Redação – Revista Rever
Condenação por indenização ocorre depois de já ter sido condenado à prisão por texto ficcional. Juíz Aldo de Albuquerque Melo afirmou que “valor fixado é ínfimo em relação à gravidade da conduta”
Na última sexta-feira, 28, o juiz Aldo de Albuquerque Mello, da 7ª Vara Cível de Aracaju, condenou o jornalista Cristian Góes a pagar R$ 30 mil ao desembargador Edson Ulisses, vice-presidente do Tribunal de Justiça de Sergipe, a título de indenização por danos morais. “O valor fixado é ínfimo em relação à gravidade da conduta”, escreveu o juiz. A condenação ocorreu em razão de uma crônica literária ficcional intitulada “Eu, o coronel em mim” e publicada em um blog em maio de 2012. Mesmo sem citar nomes de pessoas, cargos, lugares, datas, o juiz entendeu que o jornalista, quando escreveu “jagunço das leis”, não apenas se referiu diretamente a Edson Ulisses, mas ao cargo de desembargador e a “todo Poder Judiciário”.Essa é a segunda condenação do jornalista por conta dessa crônica ficcional. Atendendo ao desembargador e ao Ministério Público Estadual, Cristian foi condenado a sete meses e 16 dias de prisão. A pena, convertida em prestação de serviços à comunidade, é alvo de recurso. “São duas sentenças absurdas sob todos os aspectos. O texto é literário e nele não há nem nome de pessoas e nem fato real. Entendo que os julgamentos não tiveram isenção, não houve o pleno direito de defesa e muitos procedimentos foram irregulares. Vamos recorrer. Jamais vou aceitar ser condenado por pensar e por escrever”, disse Cristian Góes.
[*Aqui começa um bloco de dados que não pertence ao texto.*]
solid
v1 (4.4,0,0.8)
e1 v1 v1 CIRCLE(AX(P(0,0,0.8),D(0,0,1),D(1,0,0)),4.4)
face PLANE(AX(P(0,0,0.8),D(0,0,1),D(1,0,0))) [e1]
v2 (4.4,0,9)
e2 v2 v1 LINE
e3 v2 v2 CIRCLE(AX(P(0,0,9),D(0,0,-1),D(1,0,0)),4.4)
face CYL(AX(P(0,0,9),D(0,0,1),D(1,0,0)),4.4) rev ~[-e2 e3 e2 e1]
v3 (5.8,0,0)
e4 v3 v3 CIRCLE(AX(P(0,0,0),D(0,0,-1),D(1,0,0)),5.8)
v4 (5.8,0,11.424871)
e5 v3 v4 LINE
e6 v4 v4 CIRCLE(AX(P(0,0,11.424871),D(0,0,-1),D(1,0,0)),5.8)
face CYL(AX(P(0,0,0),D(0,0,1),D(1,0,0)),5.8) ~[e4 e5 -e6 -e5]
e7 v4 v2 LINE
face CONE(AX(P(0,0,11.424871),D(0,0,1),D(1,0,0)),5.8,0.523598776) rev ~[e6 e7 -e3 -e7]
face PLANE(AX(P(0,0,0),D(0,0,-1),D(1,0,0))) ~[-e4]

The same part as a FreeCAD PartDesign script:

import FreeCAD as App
import Part
import Sketcher
from FreeCAD import Vector
Q = App.Units.Quantity


def add_polygon(sketch, points):
    """Adds a closed chain of lines whose ends are joined by coincident constraints."""
    first, n = sketch.GeometryCount, len(points)
    for a, b in zip(points, points[1:] + points[:1]):
        sketch.addGeometry(Part.LineSegment(App.Vector(*a, 0), App.Vector(*b, 0)), False)
    for i in range(n):
        sketch.addConstraint(Sketcher.Constraint("Coincident", first + i, 2, first + (i + 1) % n, 1))

doc = App.newDocument("Part")
body = doc.addObject("PartDesign::Body", "Body")

# Sketch on XZ plane
sketch1 = body.newObject("Sketcher::SketchObject", "Sketch")
sketch1.AttachmentSupport = (doc.getObject("XZ_Plane"), [""])
sketch1.MapMode = "FlatFace"
add_polygon(sketch1, [(0, 9), (0, 0), (5.8, 0), (5.8, 11.424871), (4.4, 9)])  # lines 0-4
sketch1.addConstraint([
    Sketcher.Constraint("Vertical", 0),
    Sketcher.Constraint("Horizontal", 1),
    Sketcher.Constraint("Vertical", 2),
    Sketcher.Constraint("Horizontal", 4),
    Sketcher.Constraint("Coincident", 0, 2, -1, 1),
    Sketcher.Constraint("DistanceY", 0, 2, 0, 1, 9.0),
    Sketcher.Constraint("Angle", 3, Q("-120 deg")),
    Sketcher.Constraint("DistanceX", 1, 1, 1, 2, 5.8),
    Sketcher.Constraint("DistanceX", 4, 2, 4, 1, 4.4),
])
revolution = body.newObject("PartDesign::Revolution", "Revolution")
revolution.Profile = sketch1
revolution.ReferenceAxis = (sketch1, ["V_Axis"])
revolution.Angle = 360

# Sketch on XY plane
sketch2 = body.newObject("Sketcher::SketchObject", "Sketch001")
sketch2.AttachmentSupport = (doc.getObject("XY_Plane"), [""])
sketch2.MapMode = "FlatFace"
sketch2.AttachmentOffset = App.Placement(Vector(0, 0, 9), App.Rotation())
sketch2.addGeometry(Part.Circle(Vector(0, 0, 0), Vector(0, 0, 1), 4.4), False)
sketch2.addConstraint([
    Sketcher.Constraint("Coincident", 0, 3, -1, 1),
    Sketcher.Constraint("Diameter", 0, 8.8),
])
pocket1 = body.newObject("PartDesign::Pocket", "Pocket")
pocket1.Profile = sketch2
pocket1.Length = 8.2

doc.recompute()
O texto “Eu, o coronel em mim” é uma espécie de confissão ilusória de um homem da época do coronelismo e que ainda tem poder, que manda e desmanda. Esse “coronel” tem um “jagunço das leis”. Entenderam o desembargador e o Ministério Público que o jornalista, quando escreveu coronel estava “pensando” no governador de Sergipe, Marcelo Déda (já falecido); e quando escreveu jagunço das leis estava “pensando” no desembargador Edson Ulisses, que é cunhado do governador e foi escolhido por ele para o cargo. Na sentença criminal, o Tribunal de Justiça confirmou a pena de prisão ao jornalista por ter escrito a crônica, usando o argumento que não precisa identificar nomes porque “meia palavra basta”.
Já a ação de indenização estava parada no Tribunal de Justiça porque foi pedida a suspeição do juiz Aldo Mello. Ele era da direção da Associação dos Magistrados de Sergipe (Amase) quando essa entidade contratou os advogados do desembargador para essas ações. “Há isenção? Justiça? O tribunal entendeu que isso não era problema”, informa Cristian. Nessa ação cível, o jornalista não foi ouvido. Ele disse que não tem como pagar essa indenização e achou estranho o juiz informar na sentença que a capacidade financeira do réu pode ser aferida nos autos. “Como assim? Invadiram minhas contas e eu não fico sabendo?”, questiona.
O jornalista afirma que as ações criminal e cível revelam o atraso, autoritarismo, relações de compadrio, sensação de poder absoluto que alguns têm e que pensam que são Deus. “É um direto ataque à liberdade de expressão”, disse Cristian, que chama atenção para o teor da sentença e que pode soar como ameaça. Na decisão, o juiz diz que a condenação não é uma “imposição de vingança”, mas um ato para “educar o agressor”, um exemplo e um desestímulo. “Diante de tal sanção desestimuladora, tem-se, por consequência, o caráter preventivo, mormente em virtude de que o ofensor, responsabilizado e obrigado a pagar o valor também do caráter desestimulador, procurará, logicamente, evitar futuros pagamentos dessa natureza, da mesma forma que terceiros terão como exemplo tal fato”, escreve o juiz.
Cristian Góes tem 43 anos, é jornalista profissional, mestre em Comunicação pela UFS e é doutorando em Comunicação pela Universidade Federal de Minas Gerais (UFMG). Há um ano mora em Belo Horizonte. É ex-presidente do Sindicato dos Jornalistas de Sergipe e ex-secretário de Comunicação da Prefeitura de Aracaju. Sua defesa nos dois processos é realizada pelo advogado Antônio Rodrigo, cedido a época pelo advogado Cezar Britto, e que não cobra nenhum pagamento pelos serviços.